### Listed records
**********
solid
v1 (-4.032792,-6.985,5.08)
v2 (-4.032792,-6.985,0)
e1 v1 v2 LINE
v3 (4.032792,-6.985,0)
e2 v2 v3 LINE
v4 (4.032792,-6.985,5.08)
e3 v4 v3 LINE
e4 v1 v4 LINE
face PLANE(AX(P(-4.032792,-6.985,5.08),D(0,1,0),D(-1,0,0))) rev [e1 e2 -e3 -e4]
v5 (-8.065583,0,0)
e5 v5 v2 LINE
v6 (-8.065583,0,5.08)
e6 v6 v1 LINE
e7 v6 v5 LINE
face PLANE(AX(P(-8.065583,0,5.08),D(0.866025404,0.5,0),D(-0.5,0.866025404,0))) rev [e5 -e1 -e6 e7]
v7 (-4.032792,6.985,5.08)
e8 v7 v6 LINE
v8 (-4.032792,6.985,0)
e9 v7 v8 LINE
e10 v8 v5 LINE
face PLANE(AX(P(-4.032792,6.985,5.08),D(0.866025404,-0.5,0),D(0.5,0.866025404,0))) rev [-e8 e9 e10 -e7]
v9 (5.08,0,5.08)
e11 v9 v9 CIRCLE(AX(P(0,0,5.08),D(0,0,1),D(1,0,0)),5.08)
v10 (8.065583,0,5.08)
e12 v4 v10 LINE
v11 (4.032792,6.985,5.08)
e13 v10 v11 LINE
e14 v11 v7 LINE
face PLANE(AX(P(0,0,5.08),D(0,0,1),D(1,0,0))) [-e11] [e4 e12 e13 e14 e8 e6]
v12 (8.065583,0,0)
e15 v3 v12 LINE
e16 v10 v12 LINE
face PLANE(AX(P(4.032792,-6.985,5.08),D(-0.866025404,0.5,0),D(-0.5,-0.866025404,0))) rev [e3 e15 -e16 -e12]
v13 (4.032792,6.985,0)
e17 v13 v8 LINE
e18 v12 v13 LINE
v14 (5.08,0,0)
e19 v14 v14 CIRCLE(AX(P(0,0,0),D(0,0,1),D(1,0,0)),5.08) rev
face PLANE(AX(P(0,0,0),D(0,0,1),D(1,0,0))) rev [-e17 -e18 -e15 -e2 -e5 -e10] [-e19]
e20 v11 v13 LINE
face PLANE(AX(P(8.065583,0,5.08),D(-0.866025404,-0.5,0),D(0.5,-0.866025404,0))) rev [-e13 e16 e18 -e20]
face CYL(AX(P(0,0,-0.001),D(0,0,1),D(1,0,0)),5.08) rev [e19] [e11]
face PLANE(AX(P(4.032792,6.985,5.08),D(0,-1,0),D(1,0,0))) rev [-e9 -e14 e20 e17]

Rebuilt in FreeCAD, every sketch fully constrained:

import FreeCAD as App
import Part
import Sketcher
Q = App.Units.Quantity

doc = App.newDocument("Part")
body = doc.addObject("PartDesign::Body", "Body")

# Sketch on XY plane
sketch1 = doc.addObject("Sketcher::SketchObject", "Sketch")
body.addObject(sketch1)
sketch1.AttachmentSupport = (doc.XY_Plane, [""])
sketch1.MapMode = "FlatFace"
sketch1.addGeometry([
    Part.LineSegment(App.Vector(8, 0, 0), App.Vector(4, 7, 0)),  # 0
    Part.LineSegment(App.Vector(4, 7, 0), App.Vector(-4, 7, 0)),  # 1
    Part.LineSegment(App.Vector(-4, 7, 0), App.Vector(-8, 0, 0)),  # 2
    Part.LineSegment(App.Vector(-8, 0, 0), App.Vector(-4, -7, 0)),  # 3
    Part.LineSegment(App.Vector(-4, -7, 0), App.Vector(4, -7, 0)),  # 4
    Part.LineSegment(App.Vector(4, -7, 0), App.Vector(8, 0, 0)),  # 5
], False)
sketch1.addConstraint([
    Sketcher.Constraint("Coincident", 0, 2, 1, 1),
    Sketcher.Constraint("Coincident", 1, 2, 2, 1),
    Sketcher.Constraint("Coincident", 2, 2, 3, 1),
    Sketcher.Constraint("Coincident", 3, 2, 4, 1),
    Sketcher.Constraint("Coincident", 4, 2, 5, 1),
    Sketcher.Constraint("Coincident", 5, 2, 0, 1),
    Sketcher.Constraint("Horizontal", 1),
    Sketcher.Constraint("Horizontal", 4),
    Sketcher.Constraint("Symmetric", 0, 2, 3, 2, -1, 1),
    Sketcher.Constraint("Symmetric", 2, 2, 5, 2, -1, 1),
    Sketcher.Constraint("PointOnObject", 2, 2, -1),
    Sketcher.Constraint("Parallel", 2, 5),
    Sketcher.Constraint("Vertical", 1, 2, 3, 2),
    Sketcher.Constraint("Angle", 0, Q("120 deg")),
    Sketcher.Constraint("DistanceY", 3, 2, 1, 2, Q("0.55 in")),
    Sketcher.Constraint("DistanceX", 1, 2, 1, 1, Q("8.065583 mm")),
])
pad1 = doc.addObject("PartDesign::Pad", "Pad")
body.addObject(pad1)
pad1.Profile = sketch1
pad1.Length = Q("0.2 in")

# Sketch on XY plane
sketch2 = doc.addObject("Sketcher::SketchObject", "Sketch001")
body.addObject(sketch2)
sketch2.AttachmentSupport = (doc.XY_Plane, [""])
sketch2.MapMode = "FlatFace"
sketch2.AttachmentOffset = App.Placement(App.Vector(0, 0, 0.2 * 25.4), App.Rotation())
sketch2.addGeometry(Part.Circle(App.Vector(0, 0, 0), App.Vector(0, 0, 1), 5), False)
sketch2.addConstraint([
    Sketcher.Constraint("Coincident", 0, 3, -1, 1),
    Sketcher.Constraint("Diameter", 0, Q("0.4 in")),
])
pocket1 = doc.addObject("PartDesign::Pocket", "Pocket")
body.addObject(pocket1)
pocket1.Profile = sketch2
pocket1.Type = "UpToFirst"

doc.recompute()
**********
### Work order
Transcribe exactly, and only, the lines from the opening line of the records through the line containing "e12 v4 v10 LINE".

### Reply
solid
v1 (-4.032792,-6.985,5.08)
v2 (-4.032792,-6.985,0)
e1 v1 v2 LINE
v3 (4.032792,-6.985,0)
e2 v2 v3 LINE
v4 (4.032792,-6.985,5.08)
e3 v4 v3 LINE
e4 v1 v4 LINE
face PLANE(AX(P(-4.032792,-6.985,5.08),D(0,1,0),D(-1,0,0))) rev [e1 e2 -e3 -e4]
v5 (-8.065583,0,0)
e5 v5 v2 LINE
v6 (-8.065583,0,5.08)
e6 v6 v1 LINE
e7 v6 v5 LINE
face PLANE(AX(P(-8.065583,0,5.08),D(0.866025404,0.5,0),D(-0.5,0.866025404,0))) rev [e5 -e1 -e6 e7]
v7 (-4.032792,6.985,5.08)
e8 v7 v6 LINE
v8 (-4.032792,6.985,0)
e9 v7 v8 LINE
e10 v8 v5 LINE
face PLANE(AX(P(-4.032792,6.985,5.08),D(0.866025404,-0.5,0),D(0.5,0.866025404,0))) rev [-e8 e9 e10 -e7]
v9 (5.08,0,5.08)
e11 v9 v9 CIRCLE(AX(P(0,0,5.08),D(0,0,1),D(1,0,0)),5.08)
v10 (8.065583,0,5.08)
e12 v4 v10 LINE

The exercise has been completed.